Records from a data source:
----------

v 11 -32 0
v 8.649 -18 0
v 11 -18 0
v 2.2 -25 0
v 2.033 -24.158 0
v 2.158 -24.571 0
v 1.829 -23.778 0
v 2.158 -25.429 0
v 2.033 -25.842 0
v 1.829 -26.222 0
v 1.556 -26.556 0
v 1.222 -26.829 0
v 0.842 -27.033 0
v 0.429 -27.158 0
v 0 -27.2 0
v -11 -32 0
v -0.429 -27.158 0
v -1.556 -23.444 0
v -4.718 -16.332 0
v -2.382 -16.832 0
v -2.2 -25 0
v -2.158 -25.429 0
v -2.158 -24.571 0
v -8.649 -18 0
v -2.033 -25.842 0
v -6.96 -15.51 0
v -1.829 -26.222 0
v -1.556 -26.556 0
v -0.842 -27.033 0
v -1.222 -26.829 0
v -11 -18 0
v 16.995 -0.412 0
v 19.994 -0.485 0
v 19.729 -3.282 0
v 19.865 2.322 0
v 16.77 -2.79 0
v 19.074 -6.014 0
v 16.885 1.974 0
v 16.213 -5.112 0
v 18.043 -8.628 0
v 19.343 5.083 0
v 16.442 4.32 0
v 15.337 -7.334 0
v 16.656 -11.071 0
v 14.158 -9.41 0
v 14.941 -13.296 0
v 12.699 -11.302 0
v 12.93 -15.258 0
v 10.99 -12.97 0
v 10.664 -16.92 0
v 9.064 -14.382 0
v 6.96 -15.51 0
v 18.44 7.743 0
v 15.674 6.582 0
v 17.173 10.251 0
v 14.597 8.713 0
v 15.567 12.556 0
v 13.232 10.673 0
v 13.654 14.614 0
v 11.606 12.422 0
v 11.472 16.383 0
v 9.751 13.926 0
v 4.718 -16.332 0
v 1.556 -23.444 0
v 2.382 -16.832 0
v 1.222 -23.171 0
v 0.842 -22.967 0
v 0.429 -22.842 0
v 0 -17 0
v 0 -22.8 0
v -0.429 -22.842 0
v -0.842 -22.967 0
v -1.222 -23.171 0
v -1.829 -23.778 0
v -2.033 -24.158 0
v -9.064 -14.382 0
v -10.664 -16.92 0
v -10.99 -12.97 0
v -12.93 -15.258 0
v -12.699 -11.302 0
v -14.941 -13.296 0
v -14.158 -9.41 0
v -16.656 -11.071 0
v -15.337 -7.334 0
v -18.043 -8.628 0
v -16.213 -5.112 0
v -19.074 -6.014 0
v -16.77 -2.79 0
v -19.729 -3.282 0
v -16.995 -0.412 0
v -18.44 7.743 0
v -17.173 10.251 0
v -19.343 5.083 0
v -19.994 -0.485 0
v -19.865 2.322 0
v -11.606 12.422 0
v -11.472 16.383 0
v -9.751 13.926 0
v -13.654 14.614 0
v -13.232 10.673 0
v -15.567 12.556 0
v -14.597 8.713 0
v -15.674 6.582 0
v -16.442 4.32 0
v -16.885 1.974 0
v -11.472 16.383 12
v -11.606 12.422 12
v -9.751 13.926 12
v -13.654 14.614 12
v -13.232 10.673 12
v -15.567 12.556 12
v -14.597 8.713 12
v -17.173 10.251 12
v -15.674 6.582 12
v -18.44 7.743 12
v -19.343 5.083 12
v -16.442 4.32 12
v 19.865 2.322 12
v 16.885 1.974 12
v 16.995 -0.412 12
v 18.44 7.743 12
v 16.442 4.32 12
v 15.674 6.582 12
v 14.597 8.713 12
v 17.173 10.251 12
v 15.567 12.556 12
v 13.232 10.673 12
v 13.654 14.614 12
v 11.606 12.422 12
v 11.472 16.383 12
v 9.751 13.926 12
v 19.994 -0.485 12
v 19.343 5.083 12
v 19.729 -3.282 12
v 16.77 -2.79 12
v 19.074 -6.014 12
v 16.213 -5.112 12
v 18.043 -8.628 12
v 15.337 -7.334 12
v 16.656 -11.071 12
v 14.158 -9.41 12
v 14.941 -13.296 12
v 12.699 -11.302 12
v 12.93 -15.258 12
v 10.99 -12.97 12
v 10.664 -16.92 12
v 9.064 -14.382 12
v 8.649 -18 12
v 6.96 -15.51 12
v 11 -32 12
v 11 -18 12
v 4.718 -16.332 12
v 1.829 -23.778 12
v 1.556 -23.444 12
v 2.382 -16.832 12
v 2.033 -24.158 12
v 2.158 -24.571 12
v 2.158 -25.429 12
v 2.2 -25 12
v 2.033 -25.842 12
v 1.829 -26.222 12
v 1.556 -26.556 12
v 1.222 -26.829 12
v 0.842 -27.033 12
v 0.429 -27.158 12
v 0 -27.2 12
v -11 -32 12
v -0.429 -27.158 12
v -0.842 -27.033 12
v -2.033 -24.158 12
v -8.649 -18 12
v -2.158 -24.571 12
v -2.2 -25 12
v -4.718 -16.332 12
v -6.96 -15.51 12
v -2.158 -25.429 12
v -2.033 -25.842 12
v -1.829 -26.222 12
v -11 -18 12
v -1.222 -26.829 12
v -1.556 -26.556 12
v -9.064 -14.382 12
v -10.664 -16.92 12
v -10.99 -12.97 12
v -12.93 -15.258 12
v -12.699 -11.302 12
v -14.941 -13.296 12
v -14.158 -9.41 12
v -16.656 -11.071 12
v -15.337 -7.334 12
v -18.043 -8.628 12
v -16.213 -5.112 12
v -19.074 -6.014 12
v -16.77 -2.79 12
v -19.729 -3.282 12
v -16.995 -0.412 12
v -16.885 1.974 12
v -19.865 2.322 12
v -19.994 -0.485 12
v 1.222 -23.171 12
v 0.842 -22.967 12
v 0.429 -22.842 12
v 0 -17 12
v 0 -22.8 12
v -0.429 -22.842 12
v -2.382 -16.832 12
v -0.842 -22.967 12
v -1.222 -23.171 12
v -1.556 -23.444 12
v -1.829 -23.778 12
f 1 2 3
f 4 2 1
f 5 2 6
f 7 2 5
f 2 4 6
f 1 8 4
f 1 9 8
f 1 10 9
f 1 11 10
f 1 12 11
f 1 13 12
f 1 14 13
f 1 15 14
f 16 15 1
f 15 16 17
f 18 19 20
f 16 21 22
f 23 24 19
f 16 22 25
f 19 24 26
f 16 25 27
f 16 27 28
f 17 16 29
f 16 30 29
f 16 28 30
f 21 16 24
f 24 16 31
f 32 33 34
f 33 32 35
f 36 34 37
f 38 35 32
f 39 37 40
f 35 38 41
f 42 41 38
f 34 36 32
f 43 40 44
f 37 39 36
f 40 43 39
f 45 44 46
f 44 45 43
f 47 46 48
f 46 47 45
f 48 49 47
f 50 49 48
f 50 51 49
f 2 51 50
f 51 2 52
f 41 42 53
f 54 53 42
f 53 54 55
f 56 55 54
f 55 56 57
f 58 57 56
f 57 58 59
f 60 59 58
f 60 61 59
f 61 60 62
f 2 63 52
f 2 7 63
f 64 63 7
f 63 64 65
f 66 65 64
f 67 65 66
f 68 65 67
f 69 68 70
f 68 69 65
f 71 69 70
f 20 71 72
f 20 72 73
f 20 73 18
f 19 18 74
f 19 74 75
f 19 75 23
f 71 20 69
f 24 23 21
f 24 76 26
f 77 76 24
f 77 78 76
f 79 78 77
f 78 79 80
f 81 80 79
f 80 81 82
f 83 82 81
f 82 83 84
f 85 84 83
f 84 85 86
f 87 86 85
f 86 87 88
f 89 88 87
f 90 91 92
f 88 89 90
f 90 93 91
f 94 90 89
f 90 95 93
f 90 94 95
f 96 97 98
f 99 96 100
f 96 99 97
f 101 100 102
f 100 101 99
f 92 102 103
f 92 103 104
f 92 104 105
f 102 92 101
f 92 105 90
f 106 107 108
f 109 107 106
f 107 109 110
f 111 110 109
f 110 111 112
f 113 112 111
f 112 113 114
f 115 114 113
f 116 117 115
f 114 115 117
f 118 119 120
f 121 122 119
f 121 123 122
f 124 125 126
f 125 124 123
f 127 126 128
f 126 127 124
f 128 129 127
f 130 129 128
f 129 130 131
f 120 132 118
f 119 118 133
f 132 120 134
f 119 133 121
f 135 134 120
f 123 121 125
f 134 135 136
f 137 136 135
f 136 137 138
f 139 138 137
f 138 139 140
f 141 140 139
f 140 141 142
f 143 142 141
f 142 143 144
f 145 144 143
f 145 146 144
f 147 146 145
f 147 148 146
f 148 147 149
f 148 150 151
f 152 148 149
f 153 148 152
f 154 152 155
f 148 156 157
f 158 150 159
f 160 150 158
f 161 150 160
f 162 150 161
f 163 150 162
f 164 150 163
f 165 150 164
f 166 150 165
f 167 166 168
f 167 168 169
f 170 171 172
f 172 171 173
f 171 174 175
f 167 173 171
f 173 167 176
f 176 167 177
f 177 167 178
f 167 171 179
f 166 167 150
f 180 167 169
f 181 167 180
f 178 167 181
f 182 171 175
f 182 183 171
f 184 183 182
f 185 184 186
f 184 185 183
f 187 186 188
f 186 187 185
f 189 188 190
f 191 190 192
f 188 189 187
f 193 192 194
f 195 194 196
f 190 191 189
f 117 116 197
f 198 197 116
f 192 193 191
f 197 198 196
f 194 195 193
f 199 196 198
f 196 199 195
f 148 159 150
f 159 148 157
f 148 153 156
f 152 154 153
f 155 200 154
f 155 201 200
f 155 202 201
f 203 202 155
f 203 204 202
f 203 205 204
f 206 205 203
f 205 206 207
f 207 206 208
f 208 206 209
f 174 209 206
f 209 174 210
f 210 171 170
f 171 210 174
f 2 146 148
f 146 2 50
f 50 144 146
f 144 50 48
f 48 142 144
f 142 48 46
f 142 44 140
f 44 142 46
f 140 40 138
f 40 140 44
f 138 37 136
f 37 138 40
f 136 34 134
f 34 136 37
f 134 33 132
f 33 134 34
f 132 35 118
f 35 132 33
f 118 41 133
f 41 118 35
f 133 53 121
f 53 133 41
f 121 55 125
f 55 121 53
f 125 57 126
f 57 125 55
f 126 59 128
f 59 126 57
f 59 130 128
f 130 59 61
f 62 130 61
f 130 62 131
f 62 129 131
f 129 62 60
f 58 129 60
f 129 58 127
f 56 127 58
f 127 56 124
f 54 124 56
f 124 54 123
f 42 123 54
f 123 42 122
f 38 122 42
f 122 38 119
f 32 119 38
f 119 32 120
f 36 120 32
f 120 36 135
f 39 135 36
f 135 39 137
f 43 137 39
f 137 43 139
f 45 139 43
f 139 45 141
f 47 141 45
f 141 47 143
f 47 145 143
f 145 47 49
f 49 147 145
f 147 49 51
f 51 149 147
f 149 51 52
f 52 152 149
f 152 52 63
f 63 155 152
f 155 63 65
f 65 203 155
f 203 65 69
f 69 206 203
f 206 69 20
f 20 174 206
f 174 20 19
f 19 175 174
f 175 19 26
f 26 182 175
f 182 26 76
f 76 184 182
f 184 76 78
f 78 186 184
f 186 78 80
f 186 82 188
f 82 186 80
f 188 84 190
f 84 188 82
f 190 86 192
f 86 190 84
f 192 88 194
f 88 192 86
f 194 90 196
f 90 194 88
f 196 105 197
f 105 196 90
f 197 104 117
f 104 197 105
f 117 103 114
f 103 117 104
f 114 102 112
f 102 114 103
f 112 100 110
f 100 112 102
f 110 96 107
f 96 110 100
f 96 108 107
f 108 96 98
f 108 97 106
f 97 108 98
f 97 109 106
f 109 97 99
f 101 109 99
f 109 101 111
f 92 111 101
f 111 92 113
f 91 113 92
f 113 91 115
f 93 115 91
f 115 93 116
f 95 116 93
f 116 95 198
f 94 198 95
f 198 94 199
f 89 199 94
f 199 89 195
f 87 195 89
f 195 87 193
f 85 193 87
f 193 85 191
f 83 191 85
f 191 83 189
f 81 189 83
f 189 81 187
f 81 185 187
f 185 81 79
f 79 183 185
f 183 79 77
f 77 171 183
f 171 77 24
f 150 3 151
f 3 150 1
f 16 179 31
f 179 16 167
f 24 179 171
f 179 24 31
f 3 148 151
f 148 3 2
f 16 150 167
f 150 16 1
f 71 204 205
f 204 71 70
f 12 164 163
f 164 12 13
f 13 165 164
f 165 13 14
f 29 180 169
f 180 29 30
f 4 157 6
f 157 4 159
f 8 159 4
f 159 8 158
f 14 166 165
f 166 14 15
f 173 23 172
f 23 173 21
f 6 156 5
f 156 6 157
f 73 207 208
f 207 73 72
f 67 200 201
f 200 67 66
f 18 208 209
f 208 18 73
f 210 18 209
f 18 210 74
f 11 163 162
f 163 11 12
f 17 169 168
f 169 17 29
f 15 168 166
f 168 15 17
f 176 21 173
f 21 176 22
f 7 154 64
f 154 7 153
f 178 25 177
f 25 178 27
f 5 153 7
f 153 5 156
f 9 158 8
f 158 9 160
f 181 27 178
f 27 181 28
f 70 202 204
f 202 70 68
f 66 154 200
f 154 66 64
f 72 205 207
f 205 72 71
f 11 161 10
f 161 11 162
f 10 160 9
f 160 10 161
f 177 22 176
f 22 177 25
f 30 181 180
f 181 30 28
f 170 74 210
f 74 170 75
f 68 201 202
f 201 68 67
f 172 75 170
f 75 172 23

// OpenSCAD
$fn = 32;

// ----------------------------------------------------------------------
// Spring clip: 40 mm outside, 3 mm band, 70 degree opening
// ----------------------------------------------------------------------

// --- parameters (mm) ---
outer_r = 20;             // clip outside radius
inner_r = 17;             // clip bore radius
band = 3;                 // band thickness
clip_w = 12;              // clip width
opening = 70;             // opening angle
tab_w = 22;               // tab width
tab_len = 12;             // tab length past the clip
tab_hole = 4.4;           // tab fixing hole

clip_profile = [[-11.472, 16.383], [-13.654, 14.614], [-15.567, 12.556], [-17.173, 10.251], [-18.44, 7.743], [-19.343, 5.083], [-19.865, 2.322], [-19.994, -0.485], [-19.729, -3.282], [-19.074, -6.014], [-18.043, -8.628], [-16.656, -11.071], [-14.941, -13.296], [-12.93, -15.258], [-10.664, -16.92], [-8.188, -18.247], [-5.55, -19.215], [-2.803, -19.803], [0, -20], [2.803, -19.803], [5.55, -19.215], [8.188, -18.247], [10.664, -16.92], [12.93, -15.258], [14.941, -13.296], [16.656, -11.071], [18.043, -8.628], [19.074, -6.014], [19.729, -3.282], [19.994, -0.485], [19.865, 2.322], [19.343, 5.083], [18.44, 7.743], [17.173, 10.251], [15.567, 12.556], [13.654, 14.614], [11.472, 16.383], [9.751, 13.926], [11.606, 12.422], [13.232, 10.673], [14.597, 8.713], [15.674, 6.582], [16.442, 4.32], [16.885, 1.974], [16.995, -0.412], [16.77, -2.79], [16.213, -5.112], [15.337, -7.334], [14.158, -9.41], [12.699, -11.302], [10.99, -12.97], [9.064, -14.382], [6.96, -15.51], [4.718, -16.332], [2.382, -16.832], [0, -17], [-2.382, -16.832], [-4.718, -16.332], [-6.96, -15.51], [-9.064, -14.382], [-10.99, -12.97], [-12.699, -11.302], [-14.158, -9.41], [-15.337, -7.334], [-16.213, -5.112], [-16.77, -2.79], [-16.995, -0.412], [-16.885, 1.974], [-16.442, 4.32], [-15.674, 6.582], [-14.597, 8.713], [-13.232, 10.673], [-11.606, 12.422], [-9.751, 13.926]];

difference() {
  union() {
    linear_extrude(height = clip_w) polygon(clip_profile);
    /* mounting tab, sunk 2 mm into the band */
    translate([-11, -32, 0]) cube([tab_w, 14, clip_w]);
  }
  translate([0, -25, -2.5]) cylinder(h = clip_w + 5, d = tab_hole);
}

----------

» **Problem statement**
In the entries above, find the line holding "v 0.842 -22.967 0" and the line holding "v -16.442 4.32 0", then retype exactly those two lines and every line between them, and nothing else.

» **Output for this exercise**
v 0.842 -22.967 0
v 0.429 -22.842 0
v 0 -17 0
v 0 -22.8 0
v -0.429 -22.842 0
v -0.842 -22.967 0
v -1.222 -23.171 0
v -1.829 -23.778 0
v -2.033 -24.158 0
v -9.064 -14.382 0
v -10.664 -16.92 0
v -10.99 -12.97 0
v -12.93 -15.258 0
v -12.699 -11.302 0
v -14.941 -13.296 0
v -14.158 -9.41 0
v -16.656 -11.071 0
v -15.337 -7.334 0
v -18.043 -8.628 0
v -16.213 -5.112 0
v -19.074 -6.014 0
v -16.77 -2.79 0
v -19.729 -3.282 0
v -16.995 -0.412 0
v -18.44 7.743 0
v -17.173 10.251 0
v -19.343 5.083 0
v -19.994 -0.485 0
v -19.865 2.322 0
v -11.606 12.422 0
v -11.472 16.383 0
v -9.751 13.926 0
v -13.654 14.614 0
v -13.232 10.673 0
v -15.567 12.556 0
v -14.597 8.713 0
v -15.674 6.582 0
v -16.442 4.32 0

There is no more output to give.